» **Work required**
The required output is the exact run of lines below that opens at the line with "f 473 472 474" and closes at the line with "f 449 446 381".

» **Material supplied**
################

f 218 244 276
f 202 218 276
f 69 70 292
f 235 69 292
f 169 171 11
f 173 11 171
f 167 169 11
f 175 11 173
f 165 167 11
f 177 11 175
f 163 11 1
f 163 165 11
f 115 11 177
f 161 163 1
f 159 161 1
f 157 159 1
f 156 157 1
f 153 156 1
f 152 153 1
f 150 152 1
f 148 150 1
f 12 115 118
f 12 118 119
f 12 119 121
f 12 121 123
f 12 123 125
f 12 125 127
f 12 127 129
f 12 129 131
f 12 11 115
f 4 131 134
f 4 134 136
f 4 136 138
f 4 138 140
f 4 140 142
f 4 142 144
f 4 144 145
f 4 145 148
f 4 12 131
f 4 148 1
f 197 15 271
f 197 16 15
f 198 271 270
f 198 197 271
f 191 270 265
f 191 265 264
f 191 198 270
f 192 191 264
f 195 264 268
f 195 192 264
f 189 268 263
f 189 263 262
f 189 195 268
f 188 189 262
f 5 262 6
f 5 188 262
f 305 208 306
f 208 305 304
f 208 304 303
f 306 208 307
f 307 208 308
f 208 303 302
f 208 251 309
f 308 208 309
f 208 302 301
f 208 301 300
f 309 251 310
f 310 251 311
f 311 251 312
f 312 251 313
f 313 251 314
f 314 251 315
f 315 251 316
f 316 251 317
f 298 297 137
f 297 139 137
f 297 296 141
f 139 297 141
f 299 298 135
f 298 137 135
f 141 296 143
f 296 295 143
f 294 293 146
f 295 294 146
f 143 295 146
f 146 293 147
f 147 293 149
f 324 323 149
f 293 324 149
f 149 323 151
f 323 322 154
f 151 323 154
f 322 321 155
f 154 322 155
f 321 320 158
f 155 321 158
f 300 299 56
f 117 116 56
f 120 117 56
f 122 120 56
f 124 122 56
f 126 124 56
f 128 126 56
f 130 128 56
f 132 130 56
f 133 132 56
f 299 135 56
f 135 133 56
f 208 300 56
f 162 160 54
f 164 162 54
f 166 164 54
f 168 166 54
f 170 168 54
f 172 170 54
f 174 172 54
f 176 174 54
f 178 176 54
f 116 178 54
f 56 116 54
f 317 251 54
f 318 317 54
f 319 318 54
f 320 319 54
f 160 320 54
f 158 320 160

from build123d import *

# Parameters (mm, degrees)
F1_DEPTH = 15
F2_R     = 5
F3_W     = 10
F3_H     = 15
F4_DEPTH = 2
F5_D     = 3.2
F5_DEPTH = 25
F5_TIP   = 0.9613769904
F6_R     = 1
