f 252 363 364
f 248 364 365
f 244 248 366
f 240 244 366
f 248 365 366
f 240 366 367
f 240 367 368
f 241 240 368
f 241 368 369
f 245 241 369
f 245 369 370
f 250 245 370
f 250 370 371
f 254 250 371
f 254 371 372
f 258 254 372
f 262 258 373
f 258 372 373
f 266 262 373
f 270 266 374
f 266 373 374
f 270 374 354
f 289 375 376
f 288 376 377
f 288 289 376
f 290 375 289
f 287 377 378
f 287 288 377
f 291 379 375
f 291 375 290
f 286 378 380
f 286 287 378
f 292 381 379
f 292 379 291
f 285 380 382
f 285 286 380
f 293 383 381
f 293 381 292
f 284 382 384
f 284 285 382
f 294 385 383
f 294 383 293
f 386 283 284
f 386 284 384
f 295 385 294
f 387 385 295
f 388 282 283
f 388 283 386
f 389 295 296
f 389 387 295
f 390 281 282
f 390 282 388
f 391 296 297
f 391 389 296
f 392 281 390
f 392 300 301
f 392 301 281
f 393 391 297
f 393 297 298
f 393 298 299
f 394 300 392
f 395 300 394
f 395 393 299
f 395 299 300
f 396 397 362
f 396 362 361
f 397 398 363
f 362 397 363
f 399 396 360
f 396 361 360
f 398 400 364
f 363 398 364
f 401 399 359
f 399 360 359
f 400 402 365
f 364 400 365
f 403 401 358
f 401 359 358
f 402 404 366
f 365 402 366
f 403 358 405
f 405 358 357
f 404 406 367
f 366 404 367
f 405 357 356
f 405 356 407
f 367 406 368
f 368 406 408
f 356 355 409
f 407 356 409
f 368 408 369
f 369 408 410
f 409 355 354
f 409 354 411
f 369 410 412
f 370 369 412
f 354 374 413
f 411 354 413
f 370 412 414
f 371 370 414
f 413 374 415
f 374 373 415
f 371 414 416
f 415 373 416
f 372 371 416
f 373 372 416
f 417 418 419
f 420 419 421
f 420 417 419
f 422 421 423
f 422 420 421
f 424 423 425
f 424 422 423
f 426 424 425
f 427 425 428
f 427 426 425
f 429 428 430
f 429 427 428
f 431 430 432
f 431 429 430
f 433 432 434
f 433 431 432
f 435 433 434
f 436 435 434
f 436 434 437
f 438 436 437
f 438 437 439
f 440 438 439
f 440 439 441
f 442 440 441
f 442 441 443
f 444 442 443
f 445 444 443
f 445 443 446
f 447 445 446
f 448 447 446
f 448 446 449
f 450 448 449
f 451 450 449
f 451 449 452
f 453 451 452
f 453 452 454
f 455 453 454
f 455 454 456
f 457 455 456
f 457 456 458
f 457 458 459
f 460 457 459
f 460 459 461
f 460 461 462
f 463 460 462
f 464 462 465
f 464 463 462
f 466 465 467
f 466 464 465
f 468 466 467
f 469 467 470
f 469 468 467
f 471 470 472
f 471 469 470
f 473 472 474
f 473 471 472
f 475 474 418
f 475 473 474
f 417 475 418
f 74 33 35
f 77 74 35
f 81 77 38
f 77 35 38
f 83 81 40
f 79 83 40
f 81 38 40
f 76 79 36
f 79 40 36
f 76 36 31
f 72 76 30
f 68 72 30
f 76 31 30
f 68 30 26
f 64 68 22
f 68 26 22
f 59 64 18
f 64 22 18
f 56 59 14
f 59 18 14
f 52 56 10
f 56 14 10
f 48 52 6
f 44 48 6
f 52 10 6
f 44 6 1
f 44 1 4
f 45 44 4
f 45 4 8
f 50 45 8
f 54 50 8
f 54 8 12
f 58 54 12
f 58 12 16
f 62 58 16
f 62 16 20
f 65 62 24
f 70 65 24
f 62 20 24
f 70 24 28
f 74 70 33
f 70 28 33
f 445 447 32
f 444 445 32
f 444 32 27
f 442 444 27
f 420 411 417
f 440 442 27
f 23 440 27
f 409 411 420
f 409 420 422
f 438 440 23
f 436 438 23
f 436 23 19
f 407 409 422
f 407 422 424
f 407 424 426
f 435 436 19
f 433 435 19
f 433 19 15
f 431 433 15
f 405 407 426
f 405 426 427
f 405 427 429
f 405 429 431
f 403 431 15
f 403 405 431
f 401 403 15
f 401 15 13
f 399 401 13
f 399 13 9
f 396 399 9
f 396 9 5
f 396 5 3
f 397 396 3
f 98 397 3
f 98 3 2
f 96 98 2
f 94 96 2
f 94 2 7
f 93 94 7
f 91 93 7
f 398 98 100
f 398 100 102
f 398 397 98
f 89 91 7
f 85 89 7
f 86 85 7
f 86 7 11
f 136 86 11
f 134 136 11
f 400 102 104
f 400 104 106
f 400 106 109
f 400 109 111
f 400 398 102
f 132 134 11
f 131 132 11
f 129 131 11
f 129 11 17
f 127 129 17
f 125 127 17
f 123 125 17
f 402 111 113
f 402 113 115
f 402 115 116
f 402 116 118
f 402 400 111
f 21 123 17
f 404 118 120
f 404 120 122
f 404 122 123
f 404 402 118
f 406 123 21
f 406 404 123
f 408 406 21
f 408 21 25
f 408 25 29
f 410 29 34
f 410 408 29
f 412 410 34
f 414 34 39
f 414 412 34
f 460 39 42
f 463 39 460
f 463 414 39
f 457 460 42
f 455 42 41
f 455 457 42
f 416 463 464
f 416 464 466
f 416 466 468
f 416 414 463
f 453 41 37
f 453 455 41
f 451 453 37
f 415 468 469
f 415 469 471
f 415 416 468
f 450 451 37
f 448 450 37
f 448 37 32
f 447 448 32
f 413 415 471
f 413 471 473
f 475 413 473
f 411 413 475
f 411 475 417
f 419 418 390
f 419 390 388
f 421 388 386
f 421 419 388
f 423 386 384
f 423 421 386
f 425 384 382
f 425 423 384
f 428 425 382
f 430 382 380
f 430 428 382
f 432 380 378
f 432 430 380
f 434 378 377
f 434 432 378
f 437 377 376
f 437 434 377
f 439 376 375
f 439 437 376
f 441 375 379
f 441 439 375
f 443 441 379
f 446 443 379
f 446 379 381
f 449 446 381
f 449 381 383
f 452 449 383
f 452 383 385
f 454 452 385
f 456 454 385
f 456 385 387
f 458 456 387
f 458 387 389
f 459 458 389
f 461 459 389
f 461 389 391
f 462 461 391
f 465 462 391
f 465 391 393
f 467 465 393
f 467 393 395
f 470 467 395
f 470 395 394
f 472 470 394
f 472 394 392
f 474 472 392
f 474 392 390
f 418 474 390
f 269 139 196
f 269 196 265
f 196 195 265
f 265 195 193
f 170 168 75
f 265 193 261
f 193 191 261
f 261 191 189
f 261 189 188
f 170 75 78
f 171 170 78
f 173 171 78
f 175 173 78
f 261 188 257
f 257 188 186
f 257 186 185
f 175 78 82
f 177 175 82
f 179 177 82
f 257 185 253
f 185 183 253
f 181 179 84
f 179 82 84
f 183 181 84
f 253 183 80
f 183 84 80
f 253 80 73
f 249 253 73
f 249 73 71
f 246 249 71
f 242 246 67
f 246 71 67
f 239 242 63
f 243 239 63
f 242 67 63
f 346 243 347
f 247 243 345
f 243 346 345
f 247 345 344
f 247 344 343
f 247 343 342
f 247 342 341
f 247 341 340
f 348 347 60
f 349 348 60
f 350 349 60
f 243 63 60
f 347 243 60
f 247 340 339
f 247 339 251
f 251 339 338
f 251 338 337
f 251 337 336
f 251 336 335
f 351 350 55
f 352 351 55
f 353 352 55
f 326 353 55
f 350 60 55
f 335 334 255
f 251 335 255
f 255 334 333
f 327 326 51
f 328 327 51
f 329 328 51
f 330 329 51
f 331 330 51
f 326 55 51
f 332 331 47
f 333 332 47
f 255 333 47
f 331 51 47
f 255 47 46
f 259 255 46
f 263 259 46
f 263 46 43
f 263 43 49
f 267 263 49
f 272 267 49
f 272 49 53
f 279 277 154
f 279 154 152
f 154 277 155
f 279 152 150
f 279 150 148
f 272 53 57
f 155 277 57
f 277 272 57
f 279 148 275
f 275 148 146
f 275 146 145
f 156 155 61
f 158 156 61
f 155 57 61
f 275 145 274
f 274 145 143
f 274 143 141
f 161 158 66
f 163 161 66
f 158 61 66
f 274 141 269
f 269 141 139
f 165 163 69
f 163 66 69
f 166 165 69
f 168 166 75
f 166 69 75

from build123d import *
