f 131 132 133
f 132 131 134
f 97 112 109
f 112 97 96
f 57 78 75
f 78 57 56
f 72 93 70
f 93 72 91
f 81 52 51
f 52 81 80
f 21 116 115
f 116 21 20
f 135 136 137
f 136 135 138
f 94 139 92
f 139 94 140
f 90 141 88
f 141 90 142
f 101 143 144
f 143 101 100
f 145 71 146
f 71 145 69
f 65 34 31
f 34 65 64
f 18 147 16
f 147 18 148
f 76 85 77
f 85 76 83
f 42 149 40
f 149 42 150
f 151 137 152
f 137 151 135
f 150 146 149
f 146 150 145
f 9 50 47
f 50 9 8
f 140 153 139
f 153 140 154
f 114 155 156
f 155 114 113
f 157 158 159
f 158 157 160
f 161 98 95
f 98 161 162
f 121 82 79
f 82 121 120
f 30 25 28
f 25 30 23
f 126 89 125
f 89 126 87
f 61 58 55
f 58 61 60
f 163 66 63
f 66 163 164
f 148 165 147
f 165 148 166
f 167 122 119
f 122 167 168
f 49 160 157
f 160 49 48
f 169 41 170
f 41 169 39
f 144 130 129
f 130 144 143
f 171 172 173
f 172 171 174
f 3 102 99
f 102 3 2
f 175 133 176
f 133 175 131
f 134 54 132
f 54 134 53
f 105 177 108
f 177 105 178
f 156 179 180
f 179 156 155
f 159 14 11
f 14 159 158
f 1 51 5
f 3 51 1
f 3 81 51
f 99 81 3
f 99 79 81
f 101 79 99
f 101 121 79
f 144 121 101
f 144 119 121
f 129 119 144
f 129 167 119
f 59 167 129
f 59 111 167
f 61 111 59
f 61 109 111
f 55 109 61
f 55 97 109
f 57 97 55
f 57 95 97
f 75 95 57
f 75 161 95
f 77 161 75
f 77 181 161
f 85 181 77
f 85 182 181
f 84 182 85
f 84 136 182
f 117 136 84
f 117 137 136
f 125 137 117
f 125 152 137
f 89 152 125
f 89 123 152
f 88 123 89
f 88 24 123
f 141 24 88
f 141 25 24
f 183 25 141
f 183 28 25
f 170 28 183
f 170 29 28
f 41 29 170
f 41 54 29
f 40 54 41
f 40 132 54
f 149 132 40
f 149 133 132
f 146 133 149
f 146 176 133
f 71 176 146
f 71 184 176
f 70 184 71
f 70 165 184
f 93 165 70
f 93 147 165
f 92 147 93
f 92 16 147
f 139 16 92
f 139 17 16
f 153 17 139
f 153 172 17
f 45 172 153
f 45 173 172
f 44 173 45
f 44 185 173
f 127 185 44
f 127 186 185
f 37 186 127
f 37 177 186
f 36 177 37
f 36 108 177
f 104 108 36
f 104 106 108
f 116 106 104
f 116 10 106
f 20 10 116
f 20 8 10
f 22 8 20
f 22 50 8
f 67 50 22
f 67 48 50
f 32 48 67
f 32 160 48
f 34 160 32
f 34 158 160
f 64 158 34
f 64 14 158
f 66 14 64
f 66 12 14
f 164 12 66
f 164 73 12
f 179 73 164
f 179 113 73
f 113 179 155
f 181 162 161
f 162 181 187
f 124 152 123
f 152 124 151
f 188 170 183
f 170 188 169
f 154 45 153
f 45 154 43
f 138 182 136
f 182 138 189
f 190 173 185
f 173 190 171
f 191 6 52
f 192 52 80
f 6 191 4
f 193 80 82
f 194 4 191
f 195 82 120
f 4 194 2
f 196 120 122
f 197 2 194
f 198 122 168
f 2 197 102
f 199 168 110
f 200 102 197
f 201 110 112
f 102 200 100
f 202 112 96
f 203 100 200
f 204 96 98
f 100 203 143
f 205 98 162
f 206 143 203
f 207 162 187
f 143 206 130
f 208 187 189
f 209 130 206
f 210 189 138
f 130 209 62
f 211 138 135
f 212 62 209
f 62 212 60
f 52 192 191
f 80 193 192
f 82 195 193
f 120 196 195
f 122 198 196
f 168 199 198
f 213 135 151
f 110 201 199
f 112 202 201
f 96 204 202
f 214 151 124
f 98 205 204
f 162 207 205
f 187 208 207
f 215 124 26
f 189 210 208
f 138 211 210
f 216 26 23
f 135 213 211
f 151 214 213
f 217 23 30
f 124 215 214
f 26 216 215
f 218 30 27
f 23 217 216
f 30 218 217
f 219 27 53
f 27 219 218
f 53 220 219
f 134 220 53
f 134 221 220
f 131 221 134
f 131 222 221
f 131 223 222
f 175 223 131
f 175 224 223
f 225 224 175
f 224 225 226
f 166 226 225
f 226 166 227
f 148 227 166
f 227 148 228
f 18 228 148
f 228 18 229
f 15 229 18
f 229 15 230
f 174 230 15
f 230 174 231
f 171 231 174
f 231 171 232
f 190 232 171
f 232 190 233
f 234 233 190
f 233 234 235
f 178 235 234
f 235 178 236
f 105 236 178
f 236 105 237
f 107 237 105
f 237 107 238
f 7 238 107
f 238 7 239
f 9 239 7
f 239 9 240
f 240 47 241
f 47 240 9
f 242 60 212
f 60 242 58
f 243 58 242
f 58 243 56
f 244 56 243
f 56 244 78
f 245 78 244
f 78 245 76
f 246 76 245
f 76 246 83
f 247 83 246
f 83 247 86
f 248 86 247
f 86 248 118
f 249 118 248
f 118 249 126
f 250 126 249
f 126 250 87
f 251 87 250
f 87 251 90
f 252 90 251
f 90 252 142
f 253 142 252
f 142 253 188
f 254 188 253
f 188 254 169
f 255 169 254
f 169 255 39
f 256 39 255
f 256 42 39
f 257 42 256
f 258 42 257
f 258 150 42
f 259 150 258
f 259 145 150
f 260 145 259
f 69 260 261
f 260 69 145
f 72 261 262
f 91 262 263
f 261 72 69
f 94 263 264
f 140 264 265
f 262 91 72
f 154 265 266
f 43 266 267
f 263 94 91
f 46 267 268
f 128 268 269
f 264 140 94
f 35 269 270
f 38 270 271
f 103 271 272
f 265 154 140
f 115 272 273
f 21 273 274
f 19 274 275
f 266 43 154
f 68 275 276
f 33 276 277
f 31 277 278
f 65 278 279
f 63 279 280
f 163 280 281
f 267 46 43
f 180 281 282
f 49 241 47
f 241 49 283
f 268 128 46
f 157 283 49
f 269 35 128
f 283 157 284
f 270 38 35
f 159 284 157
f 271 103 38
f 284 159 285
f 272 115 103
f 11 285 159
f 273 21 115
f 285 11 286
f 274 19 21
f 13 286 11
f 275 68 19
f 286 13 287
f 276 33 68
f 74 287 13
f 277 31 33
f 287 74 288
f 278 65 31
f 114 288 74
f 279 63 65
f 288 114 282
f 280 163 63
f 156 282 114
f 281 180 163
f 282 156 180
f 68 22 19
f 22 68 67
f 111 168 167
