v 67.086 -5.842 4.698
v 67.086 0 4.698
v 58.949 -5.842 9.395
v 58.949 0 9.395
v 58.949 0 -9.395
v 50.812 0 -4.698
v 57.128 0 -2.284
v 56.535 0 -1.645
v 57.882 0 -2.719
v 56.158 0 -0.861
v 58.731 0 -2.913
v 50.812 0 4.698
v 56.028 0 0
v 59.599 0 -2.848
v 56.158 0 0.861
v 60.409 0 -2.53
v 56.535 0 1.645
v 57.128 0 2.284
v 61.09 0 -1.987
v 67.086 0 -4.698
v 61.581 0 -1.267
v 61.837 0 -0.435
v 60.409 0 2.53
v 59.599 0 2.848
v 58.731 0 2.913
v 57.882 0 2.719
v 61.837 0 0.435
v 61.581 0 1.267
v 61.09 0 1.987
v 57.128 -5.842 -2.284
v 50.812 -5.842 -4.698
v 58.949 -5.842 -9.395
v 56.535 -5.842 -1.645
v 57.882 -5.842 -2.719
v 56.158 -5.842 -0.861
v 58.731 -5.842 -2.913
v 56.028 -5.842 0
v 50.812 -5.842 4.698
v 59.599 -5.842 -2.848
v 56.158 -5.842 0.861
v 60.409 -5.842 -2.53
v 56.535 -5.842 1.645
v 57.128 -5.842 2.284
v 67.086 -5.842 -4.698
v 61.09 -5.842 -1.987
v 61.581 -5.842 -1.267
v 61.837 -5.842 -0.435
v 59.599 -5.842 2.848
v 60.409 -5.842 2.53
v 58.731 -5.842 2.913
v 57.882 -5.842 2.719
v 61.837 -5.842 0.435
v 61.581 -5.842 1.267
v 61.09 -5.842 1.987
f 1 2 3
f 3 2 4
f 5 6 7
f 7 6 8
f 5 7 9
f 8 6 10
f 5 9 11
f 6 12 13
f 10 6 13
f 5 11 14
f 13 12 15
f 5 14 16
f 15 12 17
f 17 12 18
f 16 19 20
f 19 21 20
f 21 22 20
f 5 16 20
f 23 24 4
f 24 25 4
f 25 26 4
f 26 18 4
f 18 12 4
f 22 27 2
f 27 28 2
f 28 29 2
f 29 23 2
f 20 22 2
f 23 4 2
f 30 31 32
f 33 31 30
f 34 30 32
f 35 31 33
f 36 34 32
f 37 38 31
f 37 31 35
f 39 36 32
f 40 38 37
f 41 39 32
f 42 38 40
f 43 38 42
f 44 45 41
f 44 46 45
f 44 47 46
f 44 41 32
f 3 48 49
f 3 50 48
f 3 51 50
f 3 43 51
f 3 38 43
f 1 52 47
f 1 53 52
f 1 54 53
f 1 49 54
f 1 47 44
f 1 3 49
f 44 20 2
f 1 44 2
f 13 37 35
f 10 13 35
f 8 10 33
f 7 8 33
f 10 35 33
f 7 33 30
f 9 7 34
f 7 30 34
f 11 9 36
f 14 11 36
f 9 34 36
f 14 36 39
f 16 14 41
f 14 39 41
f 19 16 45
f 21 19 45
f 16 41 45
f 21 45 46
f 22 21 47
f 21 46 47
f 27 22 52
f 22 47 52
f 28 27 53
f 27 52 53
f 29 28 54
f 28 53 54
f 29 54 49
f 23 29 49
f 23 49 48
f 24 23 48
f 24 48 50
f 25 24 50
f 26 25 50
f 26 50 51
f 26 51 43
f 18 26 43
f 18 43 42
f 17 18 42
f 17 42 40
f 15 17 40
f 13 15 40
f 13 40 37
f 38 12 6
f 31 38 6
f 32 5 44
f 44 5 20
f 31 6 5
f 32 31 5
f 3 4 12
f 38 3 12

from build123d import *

# Parameters (mm, degrees)
F1_DEPTH = 5.842
F2_D     = 5.842


# Not quite as in the source:
# - a feature names something its author has since deleted; it is built from what else it names


with BuildPart() as f1:
    # F0 (on Front) → F1 (new body)
    with BuildSketch(Plane.XZ):
        Polygon((58.9488451577, 9.395414032), (50.8121779269, 4.697707016), (50.8121779269, -4.697707016), (58.9488451577, -9.395414032), (67.0855123886, -4.697707016), (67.0855123886, 4.697707016), align=None)
    extrude(amount=F1_DEPTH)

    # F2 (through all)
    with Locations(Plane(origin=(0, 0, 0), x_dir=(1, 0, 0), z_dir=(0, 1, 0))):
        with Locations((58.9488451577, 0)):
            Hole(F2_D / 2)


solid = f1.part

################

» **Output below**
f 473 472 474
f 473 471 472
f 475 474 418
f 475 473 474
f 417 475 418
f 74 33 35
f 77 74 35
f 81 77 38
f 77 35 38
f 83 81 40
f 79 83 40
f 81 38 40
f 76 79 36
f 79 40 36
f 76 36 31
f 72 76 30
f 68 72 30
f 76 31 30
f 68 30 26
f 64 68 22
f 68 26 22
f 59 64 18
f 64 22 18
f 56 59 14
f 59 18 14
f 52 56 10
f 56 14 10
f 48 52 6
f 44 48 6
f 52 10 6
f 44 6 1
f 44 1 4
f 45 44 4
f 45 4 8
f 50 45 8
f 54 50 8
f 54 8 12
f 58 54 12
f 58 12 16
f 62 58 16
f 62 16 20
f 65 62 24
f 70 65 24
f 62 20 24
f 70 24 28
f 74 70 33
f 70 28 33
f 445 447 32
f 444 445 32
f 444 32 27
f 442 444 27
f 420 411 417
f 440 442 27
f 23 440 27
f 409 411 420
f 409 420 422
f 438 440 23
f 436 438 23
f 436 23 19
f 407 409 422
f 407 422 424
f 407 424 426
f 435 436 19
f 433 435 19
f 433 19 15
f 431 433 15
f 405 407 426
f 405 426 427
f 405 427 429
f 405 429 431
f 403 431 15
f 403 405 431
f 401 403 15
f 401 15 13
f 399 401 13
f 399 13 9
f 396 399 9
f 396 9 5
f 396 5 3
f 397 396 3
f 98 397 3
f 98 3 2
f 96 98 2
f 94 96 2
f 94 2 7
f 93 94 7
f 91 93 7
f 398 98 100
f 398 100 102
f 398 397 98
f 89 91 7
f 85 89 7
f 86 85 7
f 86 7 11
f 136 86 11
f 134 136 11
f 400 102 104
f 400 104 106
f 400 106 109
f 400 109 111
f 400 398 102
f 132 134 11
f 131 132 11
f 129 131 11
f 129 11 17
f 127 129 17
f 125 127 17
f 123 125 17
f 402 111 113
f 402 113 115
f 402 115 116
f 402 116 118
f 402 400 111
f 21 123 17
f 404 118 120
f 404 120 122
f 404 122 123
f 404 402 118
f 406 123 21
f 406 404 123
f 408 406 21
f 408 21 25
f 408 25 29
f 410 29 34
f 410 408 29
f 412 410 34
f 414 34 39
f 414 412 34
f 460 39 42
f 463 39 460
f 463 414 39
f 457 460 42
f 455 42 41
f 455 457 42
f 416 463 464
f 416 464 466
f 416 466 468
f 416 414 463
f 453 41 37
f 453 455 41
f 451 453 37
f 415 468 469
f 415 469 471
f 415 416 468
f 450 451 37
f 448 450 37
f 448 37 32
f 447 448 32
f 413 415 471
f 413 471 473
f 475 413 473
f 411 413 475
f 411 475 417
f 419 418 390
f 419 390 388
f 421 388 386
f 421 419 388
f 423 386 384
f 423 421 386
f 425 384 382
f 425 423 384
f 428 425 382
f 430 382 380
f 430 428 382
f 432 380 378
f 432 430 380
f 434 378 377
f 434 432 378
f 437 377 376
f 437 434 377
f 439 376 375
f 439 437 376
f 441 375 379
f 441 439 375
f 443 441 379
f 446 443 379
f 446 379 381
f 449 446 381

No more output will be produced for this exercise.